Желая как-то ограничить это «вынужденное нормотворчество», В.М. Лебедев называет эту деятельность не нормотворческой, а правовосполнительной, подчеркивая, что «подобное восполнение должно, по идее, иметь временный характер и устраняться законодателем» [12, c. 198].
Свое видение разрешения указанного выше противоречия предлагает В.В. Ершов в работе «Тенденции развития права и неправа». Разбирая природу судебного прецедента, автор вышел на обобщение, имеющее важное методологическое значение для разрешения рассматриваемого противоречия. В частности, он приходит к выводу о том, что «суды управомочены… лишь толковать имеющиеся принципы и нормы права, содержащиеся в формах международного и внутригосударственного права, а не создавать новое право» [7, c. 9].
По мнению В.В. Ершова, наделение органов судебной власти правом нормотворчества противоречит принципу разделения властей — одному из основополагающих принципов правового государства. Толкование норм права является их обязанностью.
Формализм и правосудие. Формализм (от лат. formalis — «относящийся к форме»), понимаемый как «предпочтение, отдаваемое форме перед содержанием» [16, c. 744], т. е. придание форме ведущей роли по отношению к содержанию, является злом для любого вида деятельности.

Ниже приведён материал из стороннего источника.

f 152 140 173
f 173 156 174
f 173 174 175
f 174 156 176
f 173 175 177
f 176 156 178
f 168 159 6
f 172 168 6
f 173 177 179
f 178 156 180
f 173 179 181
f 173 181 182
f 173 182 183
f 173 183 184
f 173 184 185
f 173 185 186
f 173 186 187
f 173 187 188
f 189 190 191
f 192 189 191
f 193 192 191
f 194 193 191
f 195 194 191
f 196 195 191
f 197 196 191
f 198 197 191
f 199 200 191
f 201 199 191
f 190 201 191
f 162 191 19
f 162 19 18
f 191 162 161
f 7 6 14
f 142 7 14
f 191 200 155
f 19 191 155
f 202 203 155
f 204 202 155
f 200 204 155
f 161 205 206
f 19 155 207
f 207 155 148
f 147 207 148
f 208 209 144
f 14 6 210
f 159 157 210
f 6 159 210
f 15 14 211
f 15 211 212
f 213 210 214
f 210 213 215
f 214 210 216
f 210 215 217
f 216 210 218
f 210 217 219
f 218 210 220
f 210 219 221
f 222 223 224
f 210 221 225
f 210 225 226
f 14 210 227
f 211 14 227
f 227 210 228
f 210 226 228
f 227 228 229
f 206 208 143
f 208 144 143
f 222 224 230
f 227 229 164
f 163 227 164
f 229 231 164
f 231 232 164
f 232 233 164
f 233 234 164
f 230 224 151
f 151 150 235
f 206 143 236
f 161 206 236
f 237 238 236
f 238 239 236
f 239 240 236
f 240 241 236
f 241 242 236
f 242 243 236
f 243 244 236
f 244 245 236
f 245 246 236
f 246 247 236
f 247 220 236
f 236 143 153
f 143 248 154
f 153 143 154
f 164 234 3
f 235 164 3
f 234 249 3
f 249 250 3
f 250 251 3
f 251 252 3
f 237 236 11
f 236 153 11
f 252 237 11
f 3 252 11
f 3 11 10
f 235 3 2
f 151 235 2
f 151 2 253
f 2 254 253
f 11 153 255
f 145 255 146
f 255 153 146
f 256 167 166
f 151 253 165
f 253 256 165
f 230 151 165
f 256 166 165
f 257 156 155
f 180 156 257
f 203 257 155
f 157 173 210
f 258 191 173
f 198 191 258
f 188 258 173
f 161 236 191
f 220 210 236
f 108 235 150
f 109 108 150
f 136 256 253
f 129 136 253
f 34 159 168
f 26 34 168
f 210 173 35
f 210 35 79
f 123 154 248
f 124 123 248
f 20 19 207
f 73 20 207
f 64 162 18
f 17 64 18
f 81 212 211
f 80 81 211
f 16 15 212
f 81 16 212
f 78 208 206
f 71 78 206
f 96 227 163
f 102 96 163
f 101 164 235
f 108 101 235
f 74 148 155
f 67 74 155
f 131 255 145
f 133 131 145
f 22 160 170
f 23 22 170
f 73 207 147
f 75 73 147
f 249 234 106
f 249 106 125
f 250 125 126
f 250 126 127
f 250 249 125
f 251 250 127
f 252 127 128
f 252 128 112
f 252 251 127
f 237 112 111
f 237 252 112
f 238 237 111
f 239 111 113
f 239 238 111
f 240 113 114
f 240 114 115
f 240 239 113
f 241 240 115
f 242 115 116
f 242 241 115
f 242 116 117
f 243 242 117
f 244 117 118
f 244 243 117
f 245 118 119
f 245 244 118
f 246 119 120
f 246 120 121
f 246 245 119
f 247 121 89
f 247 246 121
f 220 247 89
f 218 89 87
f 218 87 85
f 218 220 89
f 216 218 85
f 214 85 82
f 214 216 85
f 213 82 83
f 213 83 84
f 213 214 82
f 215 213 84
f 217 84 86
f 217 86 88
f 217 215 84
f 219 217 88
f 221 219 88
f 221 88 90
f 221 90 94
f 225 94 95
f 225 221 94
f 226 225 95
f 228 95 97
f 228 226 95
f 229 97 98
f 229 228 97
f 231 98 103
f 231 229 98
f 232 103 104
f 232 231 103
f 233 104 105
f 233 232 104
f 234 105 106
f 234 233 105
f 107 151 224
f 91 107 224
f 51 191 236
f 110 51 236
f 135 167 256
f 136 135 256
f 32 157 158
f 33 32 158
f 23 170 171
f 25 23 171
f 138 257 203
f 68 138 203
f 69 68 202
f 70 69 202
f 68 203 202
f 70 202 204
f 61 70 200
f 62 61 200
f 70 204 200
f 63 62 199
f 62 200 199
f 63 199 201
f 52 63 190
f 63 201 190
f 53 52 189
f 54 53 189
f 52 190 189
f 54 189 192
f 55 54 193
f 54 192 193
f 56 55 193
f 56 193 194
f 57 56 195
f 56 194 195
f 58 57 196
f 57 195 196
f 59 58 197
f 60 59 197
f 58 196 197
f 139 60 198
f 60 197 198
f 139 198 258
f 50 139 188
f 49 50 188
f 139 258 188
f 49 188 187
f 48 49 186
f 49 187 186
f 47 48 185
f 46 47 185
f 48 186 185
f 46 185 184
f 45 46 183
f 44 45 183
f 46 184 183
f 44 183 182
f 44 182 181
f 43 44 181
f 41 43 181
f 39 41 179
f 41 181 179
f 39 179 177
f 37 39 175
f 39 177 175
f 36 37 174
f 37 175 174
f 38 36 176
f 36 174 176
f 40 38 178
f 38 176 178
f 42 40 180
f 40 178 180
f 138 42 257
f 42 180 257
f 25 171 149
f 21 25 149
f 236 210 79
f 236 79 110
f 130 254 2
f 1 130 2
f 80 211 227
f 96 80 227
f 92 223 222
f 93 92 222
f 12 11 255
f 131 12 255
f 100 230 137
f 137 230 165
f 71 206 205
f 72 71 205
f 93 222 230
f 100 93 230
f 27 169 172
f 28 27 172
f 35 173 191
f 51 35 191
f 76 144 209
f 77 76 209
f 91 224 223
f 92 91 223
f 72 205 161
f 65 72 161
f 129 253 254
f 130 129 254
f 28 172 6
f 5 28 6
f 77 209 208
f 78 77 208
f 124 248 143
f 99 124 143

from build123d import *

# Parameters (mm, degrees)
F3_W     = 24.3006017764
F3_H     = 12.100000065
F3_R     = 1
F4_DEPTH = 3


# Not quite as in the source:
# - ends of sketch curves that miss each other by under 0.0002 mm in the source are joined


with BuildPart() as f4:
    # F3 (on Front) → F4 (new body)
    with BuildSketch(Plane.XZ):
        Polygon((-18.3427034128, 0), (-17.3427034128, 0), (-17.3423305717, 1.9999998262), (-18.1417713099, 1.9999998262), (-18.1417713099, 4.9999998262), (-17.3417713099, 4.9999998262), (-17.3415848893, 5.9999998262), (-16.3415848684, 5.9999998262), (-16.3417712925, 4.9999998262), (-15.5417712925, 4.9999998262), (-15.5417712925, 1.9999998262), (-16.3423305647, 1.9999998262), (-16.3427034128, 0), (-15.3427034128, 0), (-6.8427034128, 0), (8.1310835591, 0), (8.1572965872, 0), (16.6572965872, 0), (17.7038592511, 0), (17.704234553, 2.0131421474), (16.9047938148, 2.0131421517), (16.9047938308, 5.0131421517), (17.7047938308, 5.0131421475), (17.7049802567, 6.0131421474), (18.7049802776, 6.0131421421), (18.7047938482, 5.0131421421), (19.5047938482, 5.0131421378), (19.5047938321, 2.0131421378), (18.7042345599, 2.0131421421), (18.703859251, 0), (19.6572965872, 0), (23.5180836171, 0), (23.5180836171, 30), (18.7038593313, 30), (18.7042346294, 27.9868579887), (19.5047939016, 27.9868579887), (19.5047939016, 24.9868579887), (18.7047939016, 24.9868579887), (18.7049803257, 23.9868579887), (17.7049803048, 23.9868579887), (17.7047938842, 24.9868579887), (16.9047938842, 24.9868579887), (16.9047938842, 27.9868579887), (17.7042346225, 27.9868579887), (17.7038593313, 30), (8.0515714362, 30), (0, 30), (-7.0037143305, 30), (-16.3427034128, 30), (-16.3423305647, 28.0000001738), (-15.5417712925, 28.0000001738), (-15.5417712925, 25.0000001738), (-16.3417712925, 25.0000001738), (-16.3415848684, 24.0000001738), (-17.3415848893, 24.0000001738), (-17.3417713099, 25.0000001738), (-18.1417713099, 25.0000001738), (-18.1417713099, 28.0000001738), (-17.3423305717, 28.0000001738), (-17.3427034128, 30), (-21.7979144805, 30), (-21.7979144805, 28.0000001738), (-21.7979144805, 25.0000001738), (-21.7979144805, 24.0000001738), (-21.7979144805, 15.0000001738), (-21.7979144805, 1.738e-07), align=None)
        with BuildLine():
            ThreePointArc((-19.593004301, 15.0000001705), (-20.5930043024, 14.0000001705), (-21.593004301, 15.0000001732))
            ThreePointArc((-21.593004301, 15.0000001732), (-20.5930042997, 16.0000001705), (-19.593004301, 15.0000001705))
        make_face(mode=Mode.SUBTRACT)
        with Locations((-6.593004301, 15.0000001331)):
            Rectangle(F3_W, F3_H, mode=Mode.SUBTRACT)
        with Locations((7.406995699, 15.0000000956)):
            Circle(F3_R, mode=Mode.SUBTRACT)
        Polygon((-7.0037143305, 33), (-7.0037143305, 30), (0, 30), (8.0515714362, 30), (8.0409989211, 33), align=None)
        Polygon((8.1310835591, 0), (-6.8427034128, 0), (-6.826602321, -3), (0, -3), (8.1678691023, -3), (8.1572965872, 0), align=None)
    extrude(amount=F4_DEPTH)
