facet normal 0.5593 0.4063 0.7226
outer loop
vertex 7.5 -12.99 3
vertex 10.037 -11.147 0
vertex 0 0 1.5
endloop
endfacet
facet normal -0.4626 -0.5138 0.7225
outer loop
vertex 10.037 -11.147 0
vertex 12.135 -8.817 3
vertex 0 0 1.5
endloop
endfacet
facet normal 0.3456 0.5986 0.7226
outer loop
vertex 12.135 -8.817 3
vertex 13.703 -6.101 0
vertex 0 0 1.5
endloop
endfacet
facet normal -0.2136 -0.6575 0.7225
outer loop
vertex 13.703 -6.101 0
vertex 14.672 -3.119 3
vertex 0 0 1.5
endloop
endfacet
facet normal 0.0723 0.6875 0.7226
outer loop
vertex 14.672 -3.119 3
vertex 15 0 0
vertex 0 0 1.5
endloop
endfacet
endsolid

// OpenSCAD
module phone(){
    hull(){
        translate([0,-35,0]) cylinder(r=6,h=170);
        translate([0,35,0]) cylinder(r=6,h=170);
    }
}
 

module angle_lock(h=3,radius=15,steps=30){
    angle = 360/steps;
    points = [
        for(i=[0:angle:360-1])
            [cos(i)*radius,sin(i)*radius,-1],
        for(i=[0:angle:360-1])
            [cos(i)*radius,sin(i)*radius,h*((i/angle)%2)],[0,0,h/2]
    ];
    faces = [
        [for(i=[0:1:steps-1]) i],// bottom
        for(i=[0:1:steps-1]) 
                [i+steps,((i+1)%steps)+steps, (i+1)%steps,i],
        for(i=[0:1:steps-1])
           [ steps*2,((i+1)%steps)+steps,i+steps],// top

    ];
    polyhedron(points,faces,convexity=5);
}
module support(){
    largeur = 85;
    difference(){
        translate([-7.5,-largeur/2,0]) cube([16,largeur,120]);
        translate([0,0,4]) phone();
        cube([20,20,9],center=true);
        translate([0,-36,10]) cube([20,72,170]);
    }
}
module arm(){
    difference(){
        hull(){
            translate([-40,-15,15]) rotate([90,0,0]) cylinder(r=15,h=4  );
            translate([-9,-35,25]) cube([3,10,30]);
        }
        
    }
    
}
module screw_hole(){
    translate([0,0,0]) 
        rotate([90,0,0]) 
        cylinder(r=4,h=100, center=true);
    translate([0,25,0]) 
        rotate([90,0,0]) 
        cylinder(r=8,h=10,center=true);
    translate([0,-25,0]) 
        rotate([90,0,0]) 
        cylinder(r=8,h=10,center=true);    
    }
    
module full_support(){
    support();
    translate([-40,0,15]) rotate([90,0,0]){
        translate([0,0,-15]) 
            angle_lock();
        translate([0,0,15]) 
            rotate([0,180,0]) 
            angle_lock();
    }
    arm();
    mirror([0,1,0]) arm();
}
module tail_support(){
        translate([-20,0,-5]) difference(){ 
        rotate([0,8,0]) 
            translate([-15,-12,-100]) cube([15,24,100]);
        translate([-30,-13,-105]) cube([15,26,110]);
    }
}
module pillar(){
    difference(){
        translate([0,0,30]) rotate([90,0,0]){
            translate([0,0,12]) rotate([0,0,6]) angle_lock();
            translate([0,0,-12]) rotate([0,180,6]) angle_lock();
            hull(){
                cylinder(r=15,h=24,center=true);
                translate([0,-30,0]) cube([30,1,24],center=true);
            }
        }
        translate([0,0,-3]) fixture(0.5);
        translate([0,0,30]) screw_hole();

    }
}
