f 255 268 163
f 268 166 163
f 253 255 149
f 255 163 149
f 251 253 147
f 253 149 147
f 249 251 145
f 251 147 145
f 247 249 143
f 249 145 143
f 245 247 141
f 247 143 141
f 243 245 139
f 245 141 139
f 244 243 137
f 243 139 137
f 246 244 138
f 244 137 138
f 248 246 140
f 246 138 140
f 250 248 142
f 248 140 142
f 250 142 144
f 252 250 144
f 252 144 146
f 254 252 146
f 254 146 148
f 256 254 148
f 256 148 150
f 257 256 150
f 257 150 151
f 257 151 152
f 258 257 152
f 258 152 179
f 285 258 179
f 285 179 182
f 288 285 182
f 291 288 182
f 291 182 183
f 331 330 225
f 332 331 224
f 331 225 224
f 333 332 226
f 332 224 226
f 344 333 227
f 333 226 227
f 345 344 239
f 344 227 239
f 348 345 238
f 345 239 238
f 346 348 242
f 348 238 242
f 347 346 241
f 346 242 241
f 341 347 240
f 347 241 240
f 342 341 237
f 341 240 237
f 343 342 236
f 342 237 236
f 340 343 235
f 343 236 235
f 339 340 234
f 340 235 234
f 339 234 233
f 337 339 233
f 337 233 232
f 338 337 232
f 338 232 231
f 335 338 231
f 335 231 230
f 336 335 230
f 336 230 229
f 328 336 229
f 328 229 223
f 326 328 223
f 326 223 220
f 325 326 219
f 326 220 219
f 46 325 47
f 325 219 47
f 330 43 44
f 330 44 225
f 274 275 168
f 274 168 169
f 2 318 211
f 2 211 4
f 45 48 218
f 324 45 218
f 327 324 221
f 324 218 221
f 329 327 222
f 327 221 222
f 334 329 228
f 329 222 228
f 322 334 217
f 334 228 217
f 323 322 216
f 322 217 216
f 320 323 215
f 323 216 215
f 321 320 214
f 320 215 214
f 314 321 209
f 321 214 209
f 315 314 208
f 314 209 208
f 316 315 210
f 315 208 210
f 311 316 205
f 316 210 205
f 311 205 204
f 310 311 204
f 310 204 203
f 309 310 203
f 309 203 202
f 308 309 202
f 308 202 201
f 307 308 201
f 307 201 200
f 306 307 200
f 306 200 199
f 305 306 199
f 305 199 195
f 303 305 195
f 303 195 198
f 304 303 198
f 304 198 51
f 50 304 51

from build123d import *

При осуществлении правосудия формализм — это абсолютное зло, делающее истинное правосудие невозможным, поскольку формализм уничтожает саму идею правосудия.
Как на практике в деятельности судьи выглядит формализм и к чему он ведет, показано в одном из рассказов М.Е. Салтыковa- Щедрина. Главный персонаж этого рассказа судья Филоверитов свой подход к рассмотрению дел объясняет так: «Я не схожу в свою совесть, я не советуюсь с моими личными убеждениями: я смотрю на то только, соблюдены ли все формальности, и в этом отношении строг до педантизма. Если есть у меня в руках два свидетельских показания, надлежащим порядком оформленные, я доволен и пишу: есть; если нет их — я тоже доволен и пишу: нет. Какое мне дело до того, совершено ли преступление в действительности или нет!» [14, c. 302].
К действительному правосудию такое правосудие, конечно, никакого отношения не имеет. Действительное правосудие призвано на основе установления истины по делу защищать закрепленные законом права и свободы субъекта социального действия, трансформируя тем самым идеи гуманизма в жизнь общества. Как показывает практика, формализм, встречающийся в судах современной России (конечно, не в такой крайней форме, как в рассказе М.Е. Салтыкова-Щедрина), имеет своими основными корнями безразличие к людям и порученному делу. С формализмом такого рода, безусловно, необходимо бороться.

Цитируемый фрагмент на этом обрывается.